The question is real and when you don't get an answer it's frustrating. Not only for you but it's frustrating for the person that can't explain it too!
We all know someone that has their ups and downs. Sometimes those ups and downs are linked to something called MENTAL ILLNESS. Let me be very clear. Mental Illness is a REAL thing and it doesn't always refer to someone that is completely off their rocker and needs to be locked up in a mental institute or hospitalized. Let me be even more clear...sometimes a person does need to be in a hospital or institute and that is OK because if you broke your leg I wouldn't tell you to walk it off. I would tell you however, to go to the hospital, have a professional treat you and when you're all better you can come back from the hospital. IT IS THE SAME THING!! But sometimes you want to SCREAM...WHAT IS WRONG WITH YOU?!
This article is for those of you that are not suffering from a mental health illness and are at their whits end trying to deal with someone who does.
#1 - You have every right to be frustrated
You don't have to pretend that you understand when you don't. You don't have to walk around on egg shells or be afraid of saying something wrong. You do have to try to understand and be patient. It's hard, you can't see it, you don't know what is happening and you don't know when it's going to happen. Remember this...the person that has the mental illness is also frustrated. They too don't understand, don't know when it's going to happen and they know that it's hurting you.
#2 - Educate yourself
Do you love and care about the person that you are sick and tired of? Well, you're going to have to invest in a little time to educate yourself about what is going on with them. Encourage them to seek out professional help but be sensitive about it. Perhaps you need to do it together. There isn't a one and done diagnosis or treatment. It could take months or even years to get a grasp on what's going on and when you do...it could switch up and change course. Depression, Bipolar, Anxiety and all the other lovely flowers that grow in the brain yard are tricky but manageable. The more you know about the illness the more prepared you'll be.
People with mental health issues are responsible for their own treatment. You just need to encourage them.
#3 - Take care of yourself too
You can not help others if you are on empty. Helping someone when you have no gas in the tank is not healthy for you. Take care of yourself, seek out therapy if you need it and don't be afraid to be honest about the way you feel. If the person you are trying to help refuses the help, you are not responsible for that. Everyone has to do their part and you might need to push a little but you don't need to bury yourself. If you have been supportive, patient, educated and helpful...you are doing your job.

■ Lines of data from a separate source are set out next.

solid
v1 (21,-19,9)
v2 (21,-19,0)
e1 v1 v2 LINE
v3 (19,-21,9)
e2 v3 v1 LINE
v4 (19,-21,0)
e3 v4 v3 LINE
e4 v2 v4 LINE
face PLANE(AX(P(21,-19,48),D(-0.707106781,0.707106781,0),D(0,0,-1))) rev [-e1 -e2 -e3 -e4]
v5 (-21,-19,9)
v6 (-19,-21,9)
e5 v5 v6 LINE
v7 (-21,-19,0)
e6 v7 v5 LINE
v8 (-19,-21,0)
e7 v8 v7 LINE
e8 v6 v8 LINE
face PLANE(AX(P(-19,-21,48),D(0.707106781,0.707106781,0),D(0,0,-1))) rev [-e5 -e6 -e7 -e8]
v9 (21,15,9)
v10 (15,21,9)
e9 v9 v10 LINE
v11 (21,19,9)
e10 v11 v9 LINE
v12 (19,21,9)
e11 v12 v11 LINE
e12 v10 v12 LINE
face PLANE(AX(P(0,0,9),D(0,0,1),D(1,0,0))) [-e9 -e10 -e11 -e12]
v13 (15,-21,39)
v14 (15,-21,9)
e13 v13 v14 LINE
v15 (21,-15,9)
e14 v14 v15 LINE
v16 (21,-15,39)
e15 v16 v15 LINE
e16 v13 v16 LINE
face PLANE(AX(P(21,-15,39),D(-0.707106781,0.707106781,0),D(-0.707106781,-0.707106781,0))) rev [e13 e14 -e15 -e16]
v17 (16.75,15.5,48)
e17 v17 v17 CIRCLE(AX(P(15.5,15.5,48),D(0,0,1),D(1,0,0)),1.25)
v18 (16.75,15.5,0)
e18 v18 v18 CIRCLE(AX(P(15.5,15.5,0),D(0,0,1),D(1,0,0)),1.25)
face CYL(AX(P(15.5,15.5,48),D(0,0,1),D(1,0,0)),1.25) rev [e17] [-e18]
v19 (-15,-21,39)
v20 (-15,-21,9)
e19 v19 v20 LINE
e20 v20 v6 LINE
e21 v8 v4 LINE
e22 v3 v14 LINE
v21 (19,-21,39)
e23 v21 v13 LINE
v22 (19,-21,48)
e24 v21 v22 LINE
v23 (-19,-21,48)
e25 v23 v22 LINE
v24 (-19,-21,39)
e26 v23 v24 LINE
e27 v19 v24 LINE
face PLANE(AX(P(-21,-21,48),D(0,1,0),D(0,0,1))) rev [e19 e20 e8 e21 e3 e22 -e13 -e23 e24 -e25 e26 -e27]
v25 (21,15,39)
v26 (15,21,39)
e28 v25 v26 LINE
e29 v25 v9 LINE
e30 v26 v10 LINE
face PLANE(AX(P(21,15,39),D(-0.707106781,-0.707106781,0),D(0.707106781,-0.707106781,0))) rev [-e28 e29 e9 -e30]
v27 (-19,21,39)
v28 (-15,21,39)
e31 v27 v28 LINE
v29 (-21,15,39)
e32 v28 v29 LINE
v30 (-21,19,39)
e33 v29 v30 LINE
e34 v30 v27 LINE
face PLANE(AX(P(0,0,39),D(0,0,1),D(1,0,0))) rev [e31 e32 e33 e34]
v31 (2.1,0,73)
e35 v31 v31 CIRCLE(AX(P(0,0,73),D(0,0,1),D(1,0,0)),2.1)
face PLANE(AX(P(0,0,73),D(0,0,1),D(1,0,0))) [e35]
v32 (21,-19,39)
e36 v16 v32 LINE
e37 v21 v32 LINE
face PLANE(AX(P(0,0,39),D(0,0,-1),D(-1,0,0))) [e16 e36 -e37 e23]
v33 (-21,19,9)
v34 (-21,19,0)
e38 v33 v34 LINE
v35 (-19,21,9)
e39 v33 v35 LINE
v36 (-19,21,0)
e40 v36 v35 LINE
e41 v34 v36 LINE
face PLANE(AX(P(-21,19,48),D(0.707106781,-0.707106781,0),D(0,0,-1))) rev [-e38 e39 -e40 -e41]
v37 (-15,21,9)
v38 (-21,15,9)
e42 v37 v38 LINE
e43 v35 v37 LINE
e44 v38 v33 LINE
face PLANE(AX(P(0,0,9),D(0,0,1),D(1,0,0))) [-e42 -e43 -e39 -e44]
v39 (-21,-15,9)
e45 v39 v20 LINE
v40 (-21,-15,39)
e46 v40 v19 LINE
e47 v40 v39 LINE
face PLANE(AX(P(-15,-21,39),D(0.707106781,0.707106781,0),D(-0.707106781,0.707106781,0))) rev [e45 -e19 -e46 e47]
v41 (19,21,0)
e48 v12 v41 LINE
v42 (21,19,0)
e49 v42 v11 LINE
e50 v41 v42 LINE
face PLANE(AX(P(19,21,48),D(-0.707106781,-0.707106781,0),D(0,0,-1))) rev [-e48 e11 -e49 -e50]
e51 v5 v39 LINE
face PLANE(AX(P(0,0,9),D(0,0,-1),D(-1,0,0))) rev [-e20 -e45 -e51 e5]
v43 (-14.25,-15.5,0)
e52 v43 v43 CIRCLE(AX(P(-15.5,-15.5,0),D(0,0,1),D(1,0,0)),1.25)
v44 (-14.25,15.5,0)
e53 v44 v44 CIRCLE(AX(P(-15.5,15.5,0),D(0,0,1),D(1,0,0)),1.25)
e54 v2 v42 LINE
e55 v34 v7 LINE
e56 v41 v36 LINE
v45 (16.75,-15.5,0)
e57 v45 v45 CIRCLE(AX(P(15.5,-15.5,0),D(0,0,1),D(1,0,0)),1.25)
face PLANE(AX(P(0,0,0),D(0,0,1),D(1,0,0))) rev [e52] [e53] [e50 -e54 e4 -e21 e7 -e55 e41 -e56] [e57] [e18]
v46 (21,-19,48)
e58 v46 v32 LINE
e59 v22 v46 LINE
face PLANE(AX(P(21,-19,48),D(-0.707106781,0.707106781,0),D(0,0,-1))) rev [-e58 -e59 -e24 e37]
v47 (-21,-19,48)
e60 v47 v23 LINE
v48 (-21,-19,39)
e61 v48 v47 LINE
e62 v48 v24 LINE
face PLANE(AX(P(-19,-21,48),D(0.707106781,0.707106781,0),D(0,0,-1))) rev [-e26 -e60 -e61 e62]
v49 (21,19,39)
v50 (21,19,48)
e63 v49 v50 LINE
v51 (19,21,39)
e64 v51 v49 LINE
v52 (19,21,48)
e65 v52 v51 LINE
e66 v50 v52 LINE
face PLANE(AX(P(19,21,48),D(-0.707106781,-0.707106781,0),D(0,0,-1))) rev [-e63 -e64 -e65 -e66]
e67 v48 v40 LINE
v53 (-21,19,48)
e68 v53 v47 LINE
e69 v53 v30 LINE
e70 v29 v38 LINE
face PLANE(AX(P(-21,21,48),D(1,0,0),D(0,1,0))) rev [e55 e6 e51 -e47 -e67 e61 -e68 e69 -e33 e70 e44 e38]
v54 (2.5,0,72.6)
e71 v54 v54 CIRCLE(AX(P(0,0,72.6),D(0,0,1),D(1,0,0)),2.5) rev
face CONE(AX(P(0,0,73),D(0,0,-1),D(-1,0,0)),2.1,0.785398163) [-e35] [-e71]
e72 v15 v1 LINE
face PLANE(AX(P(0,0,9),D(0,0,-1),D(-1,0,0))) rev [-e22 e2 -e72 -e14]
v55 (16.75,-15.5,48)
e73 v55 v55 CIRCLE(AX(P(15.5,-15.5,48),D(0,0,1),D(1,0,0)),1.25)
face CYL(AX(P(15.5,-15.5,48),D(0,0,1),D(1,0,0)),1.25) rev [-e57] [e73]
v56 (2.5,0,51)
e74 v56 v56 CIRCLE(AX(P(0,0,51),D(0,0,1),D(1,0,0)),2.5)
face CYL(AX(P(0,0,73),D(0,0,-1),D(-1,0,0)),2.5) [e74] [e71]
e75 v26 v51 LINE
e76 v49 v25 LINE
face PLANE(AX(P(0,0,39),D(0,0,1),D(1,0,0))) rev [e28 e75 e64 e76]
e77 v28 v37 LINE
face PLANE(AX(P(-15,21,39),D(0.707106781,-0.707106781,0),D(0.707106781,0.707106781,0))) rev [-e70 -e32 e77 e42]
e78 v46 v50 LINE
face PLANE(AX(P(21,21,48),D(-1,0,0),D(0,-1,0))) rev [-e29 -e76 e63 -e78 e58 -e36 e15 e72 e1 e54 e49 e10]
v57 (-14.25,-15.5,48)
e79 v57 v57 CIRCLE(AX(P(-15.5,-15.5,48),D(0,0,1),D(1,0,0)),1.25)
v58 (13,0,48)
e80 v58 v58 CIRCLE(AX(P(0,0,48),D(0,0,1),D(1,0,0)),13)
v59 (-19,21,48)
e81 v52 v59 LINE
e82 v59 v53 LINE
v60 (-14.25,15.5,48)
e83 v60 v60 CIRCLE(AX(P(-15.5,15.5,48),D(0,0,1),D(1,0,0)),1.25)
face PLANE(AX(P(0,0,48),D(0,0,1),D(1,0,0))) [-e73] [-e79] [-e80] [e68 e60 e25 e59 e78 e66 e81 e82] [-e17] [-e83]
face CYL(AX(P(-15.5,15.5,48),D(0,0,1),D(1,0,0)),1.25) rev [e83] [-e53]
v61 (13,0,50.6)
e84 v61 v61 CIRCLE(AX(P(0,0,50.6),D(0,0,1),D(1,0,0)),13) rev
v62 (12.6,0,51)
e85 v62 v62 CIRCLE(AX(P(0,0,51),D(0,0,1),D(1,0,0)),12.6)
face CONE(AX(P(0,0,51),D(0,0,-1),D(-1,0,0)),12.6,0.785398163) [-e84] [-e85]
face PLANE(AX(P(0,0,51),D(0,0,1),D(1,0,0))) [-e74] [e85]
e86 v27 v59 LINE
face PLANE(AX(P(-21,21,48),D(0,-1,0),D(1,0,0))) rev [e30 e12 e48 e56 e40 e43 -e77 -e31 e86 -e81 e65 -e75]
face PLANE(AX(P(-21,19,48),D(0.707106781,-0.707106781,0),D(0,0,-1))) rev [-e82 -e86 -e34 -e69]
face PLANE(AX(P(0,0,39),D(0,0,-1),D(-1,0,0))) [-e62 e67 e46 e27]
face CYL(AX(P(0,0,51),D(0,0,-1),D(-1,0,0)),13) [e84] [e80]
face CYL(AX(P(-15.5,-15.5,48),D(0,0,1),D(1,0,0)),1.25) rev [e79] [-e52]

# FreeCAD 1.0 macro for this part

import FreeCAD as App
import Part
import Sketcher

V = App.Vector


def edges_at(feature, points):
    """Names of the edges that pass closest to the given points."""
    edges = feature.Shape.Edges
    near = lambda p: min(range(len(edges)), key=lambda i: edges[i].distToShape(Part.Vertex(*p))[0])
    return sorted({f"Edge{near(p) + 1}" for p in points})


def add_polygon(sketch, points):
    """Adds a closed chain of lines whose ends are joined by coincident constraints."""
    first, n = sketch.GeometryCount, len(points)
    for a, b in zip(points, points[1:] + points[:1]):
        sketch.addGeometry(Part.LineSegment(App.Vector(*a, 0), App.Vector(*b, 0)), False)
    for i in range(n):
        sketch.addConstraint(Sketcher.Constraint("Coincident", first + i, 2, first + (i + 1) % n, 1))

doc = App.newDocument("Part")
body = doc.addObject("PartDesign::Body", "Body")

sketch1 = body.newObject("Sketcher::SketchObject", "Sketch")
sketch1.AttachmentSupport = (doc.getObject("XY_Plane"), [""])
sketch1.MapMode = "FlatFace"
add_polygon(sketch1, [(-21, 21), (-21, -21), (21, -21), (21, 21)])
sketch1.addConstraint(Sketcher.Constraint("Vertical", 0))
sketch1.addConstraint(Sketcher.Constraint("Horizontal", 1))
sketch1.addConstraint(Sketcher.Constraint("Vertical", 2))
sketch1.addConstraint(Sketcher.Constraint("Horizontal", 3))
sketch1.addConstraint(Sketcher.Constraint("Symmetric", 0, 2, 2, 2, -1, 1))
sketch1.addConstraint(Sketcher.Constraint("Equal", 3, 0))
sketch1.addConstraint(Sketcher.Constraint("DistanceX", 1, 1, 1, 2, 42.0))
pad1 = body.newObject("PartDesign::Pad", "Pad")
pad1.Profile = sketch1
pad1.Length = 48
doc.recompute()

chamfer = body.newObject("PartDesign::Chamfer", "Chamfer")
chamfer.Base = (pad1, edges_at(pad1, [
    (-21, 21, 24),
    (21, 21, 24),
    (21, -21, 24),
    (-21, -21, 24),
]))
chamfer.Size = 2

sketch2 = body.newObject("Sketcher::SketchObject", "Sketch001")
sketch2.AttachmentSupport = (doc.getObject("XY_Plane"), [""])
sketch2.MapMode = "FlatFace"
sketch2.AttachmentOffset = App.Placement(V(0, 0, 48), App.Rotation())
sketch2.addGeometry(Part.Circle(V(0, 0, 0), V(0, 0, 1), 13), False)
sketch2.addConstraint(Sketcher.Constraint("Coincident", 0, 3, -1, 1))
sketch2.addConstraint(Sketcher.Constraint("Diameter", 0, 26.0))
pad2 = body.newObject("PartDesign::Pad", "Pad001")
pad2.Profile = sketch2
pad2.Length = 3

#4 - Don't push a pull door
If you want to help you need to make sure that you aren't causing more pain. Sometimes the trauma that has occurred can be revisited by the way you want to help. Family should not be included in the treatment if the family is the primary pain point in the mental illness. What I'm saying is this...if the individual is telling you that the you need to pull the door to open it...pushing it isn't going to work. Most people know why they feel the way they do but they don't want to revisit it or they don't know how to confront it. You can not and should not do that for them. Forcing people to make amends, pushing an individual closer to old trauma or surprising them with your own solutions is a sure fire way to cause them to feel betrayed and lose trust in you.
#5 - You don't have to stay
If you are losing a part of you. If you are suffering right along side and you feel like your relationship is not moving in the direction you need it to for your own personal growth. You have the right to leave. You do not have to stay in a relationship that is falling apart. You can feel sorry for someone but if they don't want to help themselves and you are not getting what you need, it might be time to go.
Mental Illness is a BITCH for everyone that it touches.
Sign up to get notifications for this blog if you would like to keep reading from both points of view. My name is Lisa and I have Bipolar 2 but I also have dealt with a family history of it and I know my side isn't the only one.
Up Next: What I want you to know (an open letter to the mentally healthy)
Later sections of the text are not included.